# [Records for the task]
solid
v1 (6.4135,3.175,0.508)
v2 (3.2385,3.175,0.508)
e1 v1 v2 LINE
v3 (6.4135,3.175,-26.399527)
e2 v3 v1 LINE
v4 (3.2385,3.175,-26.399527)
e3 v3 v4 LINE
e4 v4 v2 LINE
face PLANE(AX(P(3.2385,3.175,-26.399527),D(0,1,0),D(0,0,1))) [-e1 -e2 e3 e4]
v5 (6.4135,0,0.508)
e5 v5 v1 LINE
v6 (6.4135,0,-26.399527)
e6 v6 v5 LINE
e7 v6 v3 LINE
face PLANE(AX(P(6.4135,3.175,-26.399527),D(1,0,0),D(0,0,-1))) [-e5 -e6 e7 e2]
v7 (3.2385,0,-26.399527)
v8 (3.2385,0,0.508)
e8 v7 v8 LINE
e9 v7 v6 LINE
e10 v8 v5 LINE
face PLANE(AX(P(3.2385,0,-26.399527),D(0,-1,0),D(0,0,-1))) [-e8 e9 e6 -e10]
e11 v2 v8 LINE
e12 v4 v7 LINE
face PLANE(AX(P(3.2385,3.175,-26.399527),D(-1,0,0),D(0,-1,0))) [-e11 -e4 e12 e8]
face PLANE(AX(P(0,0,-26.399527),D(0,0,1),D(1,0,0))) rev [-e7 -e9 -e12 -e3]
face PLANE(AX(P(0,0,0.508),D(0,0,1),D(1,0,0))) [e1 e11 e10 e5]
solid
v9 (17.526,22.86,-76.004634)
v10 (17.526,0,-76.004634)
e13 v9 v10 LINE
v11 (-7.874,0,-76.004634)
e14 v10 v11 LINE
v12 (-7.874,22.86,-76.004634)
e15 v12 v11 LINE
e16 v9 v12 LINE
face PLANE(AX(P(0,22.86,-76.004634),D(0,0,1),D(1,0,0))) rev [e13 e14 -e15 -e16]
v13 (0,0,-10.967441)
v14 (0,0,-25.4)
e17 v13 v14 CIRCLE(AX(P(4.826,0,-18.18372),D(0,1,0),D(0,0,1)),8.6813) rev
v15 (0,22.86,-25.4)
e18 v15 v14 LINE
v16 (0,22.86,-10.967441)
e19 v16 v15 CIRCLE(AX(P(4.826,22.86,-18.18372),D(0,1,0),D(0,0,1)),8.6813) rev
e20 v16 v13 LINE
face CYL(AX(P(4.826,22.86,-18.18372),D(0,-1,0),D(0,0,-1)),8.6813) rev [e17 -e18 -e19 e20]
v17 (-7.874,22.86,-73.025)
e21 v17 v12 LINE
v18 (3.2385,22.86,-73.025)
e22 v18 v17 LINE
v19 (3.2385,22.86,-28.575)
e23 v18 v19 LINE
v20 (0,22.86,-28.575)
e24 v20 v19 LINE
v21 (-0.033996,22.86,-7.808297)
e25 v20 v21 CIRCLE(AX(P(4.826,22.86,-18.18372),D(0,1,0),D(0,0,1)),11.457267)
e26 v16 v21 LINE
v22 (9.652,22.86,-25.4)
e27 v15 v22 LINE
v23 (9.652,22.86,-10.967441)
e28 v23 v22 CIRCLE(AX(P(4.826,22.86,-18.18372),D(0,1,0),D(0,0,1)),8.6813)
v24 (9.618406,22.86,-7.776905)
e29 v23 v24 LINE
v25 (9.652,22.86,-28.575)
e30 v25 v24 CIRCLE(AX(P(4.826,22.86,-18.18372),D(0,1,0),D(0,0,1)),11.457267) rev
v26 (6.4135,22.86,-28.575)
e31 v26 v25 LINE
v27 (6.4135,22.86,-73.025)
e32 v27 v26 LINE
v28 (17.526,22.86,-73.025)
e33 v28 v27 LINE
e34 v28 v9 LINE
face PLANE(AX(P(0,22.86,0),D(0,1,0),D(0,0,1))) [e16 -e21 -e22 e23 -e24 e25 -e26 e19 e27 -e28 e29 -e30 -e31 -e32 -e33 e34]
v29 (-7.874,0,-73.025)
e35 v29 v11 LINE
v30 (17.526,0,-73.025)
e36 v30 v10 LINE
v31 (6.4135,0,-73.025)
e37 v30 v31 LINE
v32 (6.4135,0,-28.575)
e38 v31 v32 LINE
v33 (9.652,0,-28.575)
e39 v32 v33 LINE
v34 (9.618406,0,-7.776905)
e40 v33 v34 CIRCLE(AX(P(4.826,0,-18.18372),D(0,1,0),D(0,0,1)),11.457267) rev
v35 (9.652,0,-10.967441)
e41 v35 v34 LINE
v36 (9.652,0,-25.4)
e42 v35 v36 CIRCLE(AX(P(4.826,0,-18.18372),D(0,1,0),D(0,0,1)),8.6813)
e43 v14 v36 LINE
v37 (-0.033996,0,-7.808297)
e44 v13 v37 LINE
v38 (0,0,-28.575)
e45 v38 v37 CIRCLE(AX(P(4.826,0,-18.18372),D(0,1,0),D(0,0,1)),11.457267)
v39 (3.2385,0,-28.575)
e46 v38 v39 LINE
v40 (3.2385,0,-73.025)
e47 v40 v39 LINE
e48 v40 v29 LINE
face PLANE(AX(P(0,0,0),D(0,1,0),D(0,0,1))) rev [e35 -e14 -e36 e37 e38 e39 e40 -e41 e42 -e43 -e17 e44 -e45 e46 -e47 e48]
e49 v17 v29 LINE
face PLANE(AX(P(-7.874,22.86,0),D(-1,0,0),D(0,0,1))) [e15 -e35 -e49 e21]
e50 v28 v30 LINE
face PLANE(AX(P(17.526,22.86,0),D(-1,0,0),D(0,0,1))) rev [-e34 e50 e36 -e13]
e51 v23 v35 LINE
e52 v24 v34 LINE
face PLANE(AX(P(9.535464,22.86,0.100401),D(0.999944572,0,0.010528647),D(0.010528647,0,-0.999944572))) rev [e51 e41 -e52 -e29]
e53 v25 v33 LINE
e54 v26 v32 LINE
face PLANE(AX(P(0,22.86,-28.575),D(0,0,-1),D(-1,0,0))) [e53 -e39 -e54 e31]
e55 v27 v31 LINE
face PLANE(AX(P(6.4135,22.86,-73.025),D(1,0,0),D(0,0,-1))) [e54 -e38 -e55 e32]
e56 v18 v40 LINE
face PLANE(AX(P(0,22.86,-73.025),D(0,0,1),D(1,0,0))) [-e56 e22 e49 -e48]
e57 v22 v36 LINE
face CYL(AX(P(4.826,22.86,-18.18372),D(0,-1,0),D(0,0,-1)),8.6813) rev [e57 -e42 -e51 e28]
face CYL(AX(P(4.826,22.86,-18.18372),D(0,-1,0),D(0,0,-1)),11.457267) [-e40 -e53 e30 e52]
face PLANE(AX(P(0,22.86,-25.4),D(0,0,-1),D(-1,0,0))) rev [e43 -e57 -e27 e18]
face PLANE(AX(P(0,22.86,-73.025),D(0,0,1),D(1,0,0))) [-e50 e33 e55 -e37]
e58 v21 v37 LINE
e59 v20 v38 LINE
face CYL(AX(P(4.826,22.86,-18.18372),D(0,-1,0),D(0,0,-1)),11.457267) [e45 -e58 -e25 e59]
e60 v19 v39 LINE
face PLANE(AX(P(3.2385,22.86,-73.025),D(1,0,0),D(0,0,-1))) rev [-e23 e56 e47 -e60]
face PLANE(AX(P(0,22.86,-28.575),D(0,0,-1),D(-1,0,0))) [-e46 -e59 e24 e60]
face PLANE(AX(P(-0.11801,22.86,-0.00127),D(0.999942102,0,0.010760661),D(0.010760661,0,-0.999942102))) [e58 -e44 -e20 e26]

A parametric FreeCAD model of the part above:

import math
import FreeCAD as App
import Part
import Sketcher
Q = App.Units.Quantity


def add_polygon(sketch, points):
    """Adds a closed chain of lines whose ends are joined by coincident constraints."""
    first, n = sketch.GeometryCount, len(points)
    for a, b in zip(points, points[1:] + points[:1]):
        sketch.addGeometry(Part.LineSegment(App.Vector(*a, 0), App.Vector(*b, 0)), False)
    for i in range(n):
        sketch.addConstraint(Sketcher.Constraint("Coincident", first + i, 2, first + (i + 1) % n, 1))

doc = App.newDocument("Part")
params = doc.addObject("Spreadsheet::Sheet", "Params")
for row, (alias, value) in enumerate([
    ("sketch1_width", "1 in"),
    ("sketch1_width2", "0.38 in"),
    ("sketch1_height", "1.75 in"),
    ("sketch1_width3", "0.4375 in"),
    ("pad1_length", "0.9 in"),
    ("sketch2_width", "0.125 in"),
    ("pad2_length", "0.02 in"),
    ("pad2_length2", "26.399527 mm"),
], start=1):
    params.set(f"A{row}", alias)
    params.set(f"B{row}", "=" + value)
    params.setAlias(f"B{row}", alias)

body = doc.addObject("PartDesign::Body", "Body")

sketch1 = body.newObject("Sketcher::SketchObject", "Sketch")
sketch1.AttachmentSupport = (doc.getObject("XZ_Plane"), [""])
sketch1.MapMode = "FlatFace"
sketch1.addGeometry([
    Part.ArcOfCircle(Part.Circle(App.Vector(4.8, -18.2, 0), App.Vector(0, 0, 1), 8.7), math.radians(-56), math.radians(56)),
    Part.LineSegment(App.Vector(9.7, -11, 0), App.Vector(9.6, -7.8, 0)),
    Part.ArcOfCircle(Part.Circle(App.Vector(4.8, -18.2, 0), App.Vector(0, 0, 1), 11.5), math.radians(-65), math.radians(65)),
    Part.LineSegment(App.Vector(9.7, -28.6, 0), App.Vector(6.4, -28.6, 0)),
    Part.LineSegment(App.Vector(6.4, -28.6, 0), App.Vector(6.4, -73, 0)),
    Part.LineSegment(App.Vector(6.4, -73, 0), App.Vector(17.5, -73, 0)),
    Part.LineSegment(App.Vector(17.5, -73, 0), App.Vector(17.5, -76, 0)),
    Part.LineSegment(App.Vector(17.5, -76, 0), App.Vector(-7.9, -76, 0)),
    Part.LineSegment(App.Vector(-7.9, -76, 0), App.Vector(-7.9, -73, 0)),
    Part.LineSegment(App.Vector(-7.9, -73, 0), App.Vector(3.2, -73, 0)),
    Part.LineSegment(App.Vector(3.2, -73, 0), App.Vector(3.2, -28.6, 0)),
    Part.LineSegment(App.Vector(3.2, -28.6, 0), App.Vector(0, -28.6, 0)),
    Part.ArcOfCircle(Part.Circle(App.Vector(4.8, -18.2, 0), App.Vector(0, 0, 1), 11.5), math.radians(115), math.radians(245)),
    Part.LineSegment(App.Vector(0, -7.8, 0), App.Vector(0, -11, 0)),
    Part.ArcOfCircle(Part.Circle(App.Vector(4.8, -18.2, 0), App.Vector(0, 0, 1), 8.7), math.radians(124), math.radians(236)),
    Part.LineSegment(App.Vector(0, -25.4, 0), App.Vector(9.7, -25.4, 0)),
], False)
sketch1.addConstraint([
    Sketcher.Constraint("Coincident", 0, 2, 1, 1),
    Sketcher.Constraint("Coincident", 1, 2, 2, 2),
    Sketcher.Constraint("Coincident", 2, 1, 3, 1),
    Sketcher.Constraint("Coincident", 3, 2, 4, 1),
    Sketcher.Constraint("Coincident", 4, 2, 5, 1),
    Sketcher.Constraint("Coincident", 5, 2, 6, 1),
    Sketcher.Constraint("Coincident", 6, 2, 7, 1),
    Sketcher.Constraint("Coincident", 7, 2, 8, 1),
    Sketcher.Constraint("Coincident", 8, 2, 9, 1),
    Sketcher.Constraint("Coincident", 9, 2, 10, 1),
    Sketcher.Constraint("Coincident", 10, 2, 11, 1),
    Sketcher.Constraint("Coincident", 11, 2, 12, 2),
    Sketcher.Constraint("Coincident", 12, 1, 13, 1),
    Sketcher.Constraint("Coincident", 13, 2, 14, 1),
    Sketcher.Constraint("Coincident", 14, 2, 15, 1),
    Sketcher.Constraint("Coincident", 15, 2, 0, 1),
    Sketcher.Constraint("Horizontal", 3),
    Sketcher.Constraint("Vertical", 4),
    Sketcher.Constraint("Horizontal", 5),
    Sketcher.Constraint("Vertical", 6),
    Sketcher.Constraint("Horizontal", 7),
    Sketcher.Constraint("Vertical", 8),
    Sketcher.Constraint("Horizontal", 9),
    Sketcher.Constraint("Vertical", 10),
    Sketcher.Constraint("Horizontal", 11),
    Sketcher.Constraint("Horizontal", 15),
    Sketcher.Constraint("Coincident", 2, 3, 0, 3),
    Sketcher.Constraint("Coincident", 12, 3, 0, 3),
    Sketcher.Constraint("Coincident", 14, 3, 0, 3),
    Sketcher.Constraint("Equal", 2, 12),
    Sketcher.Constraint("Equal", 0, 14),
    Sketcher.Constraint("PointOnObject", 11, 2, -2),
    Sketcher.Constraint("PointOnObject", 13, 2, -2),
    Sketcher.Constraint("PointOnObject", 14, 2, -2),
    Sketcher.Constraint("Horizontal", 5, 2, 8, 2),
    Sketcher.Constraint("Horizontal", 3, 2, 10, 2),
    Sketcher.Constraint("Horizontal", 0, 2, 13, 2),
    Sketcher.Constraint("Equal", 5, 9),
    Sketcher.Constraint("Equal", 3, 11),
    Sketcher.Constraint("DistanceX", 7, 2, 7, 1, Q("1 in")),
    Sketcher.Constraint("DistanceY", 14, 2, -1, 1, Q("1 in")),
    Sketcher.Constraint("DistanceX", 15, 1, 15, 2, Q("0.38 in")),
    Sketcher.Constraint("DistanceY", 4, 2, 4, 1, Q("1.75 in")),
    Sketcher.Constraint("DistanceX", 5, 1, 5, 2, Q("0.4375 in")),
    Sketcher.Constraint("Radius", 0, Q("8.6813 mm")),
    Sketcher.Constraint("DistanceY", 2, 1, -1, 1, Q("1.125 in")),
    Sketcher.Constraint("DistanceY", 6, 2, 6, 1, Q("2.979634 mm")),
    Sketcher.Constraint("Distance", 1, Q("3.190713 mm")),
    Sketcher.Constraint("Distance", 13, Q("3.159326 mm")),
])
sketch1.setExpression("Constraints[39]", "Params.sketch1_width")
sketch1.setExpression("Constraints[41]", "Params.sketch1_width2")
sketch1.setExpression("Constraints[42]", "Params.sketch1_height")
sketch1.setExpression("Constraints[43]", "Params.sketch1_width3")
pad1 = body.newObject("PartDesign::Pad", "Pad")
pad1.Profile = sketch1
pad1.setExpression("Length", "Params.pad1_length")
pad1.Reversed = True
body2 = doc.addObject("PartDesign::Body", "Body001")

sketch2 = body2.newObject("Sketcher::SketchObject", "Sketch001")
sketch2.AttachmentSupport = (doc.getObject("XY_Plane001"), [""])
sketch2.MapMode = "FlatFace"
add_polygon(sketch2, [(3.2, 3.2), (3.2, 0), (6.4, 0), (6.4, 3.2)])
sketch2.addConstraint([
    Sketcher.Constraint("Vertical", 0),
    Sketcher.Constraint("Horizontal", 1),
    Sketcher.Constraint("Vertical", 2),
    Sketcher.Constraint("Horizontal", 3),
    Sketcher.Constraint("PointOnObject", 0, 2, -1),
    Sketcher.Constraint("Equal", 3, 0),
    Sketcher.Constraint("DistanceX", 1, 1, 1, 2, Q("0.125 in")),
    Sketcher.Constraint("DistanceX", -1, 1, 0, 2, Q("0.1275 in")),
])
sketch2.setExpression("Constraints[10]", "Params.sketch2_width")
pad2 = body2.newObject("PartDesign::Pad", "Pad001")
pad2.Profile = sketch2
pad2.Type = "TwoLengths"
pad2.setExpression("Length", "Params.pad2_length")
pad2.setExpression("Length2", "Params.pad2_length2")

doc.recompute()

# [What the task requires]
All that is wanted is an exact copy of the lines above from the one with "e10 v8 v5 LINE" through the one with "e16 v9 v12 LINE", with both ends included.

# [Answer to this exercise]
e10 v8 v5 LINE
face PLANE(AX(P(3.2385,0,-26.399527),D(0,-1,0),D(0,0,-1))) [-e8 e9 e6 -e10]
e11 v2 v8 LINE
e12 v4 v7 LINE
face PLANE(AX(P(3.2385,3.175,-26.399527),D(-1,0,0),D(0,-1,0))) [-e11 -e4 e12 e8]
face PLANE(AX(P(0,0,-26.399527),D(0,0,1),D(1,0,0))) rev [-e7 -e9 -e12 -e3]
face PLANE(AX(P(0,0,0.508),D(0,0,1),D(1,0,0))) [e1 e11 e10 e5]
solid
v9 (17.526,22.86,-76.004634)
v10 (17.526,0,-76.004634)
e13 v9 v10 LINE
v11 (-7.874,0,-76.004634)
e14 v10 v11 LINE
v12 (-7.874,22.86,-76.004634)
e15 v12 v11 LINE
e16 v9 v12 LINE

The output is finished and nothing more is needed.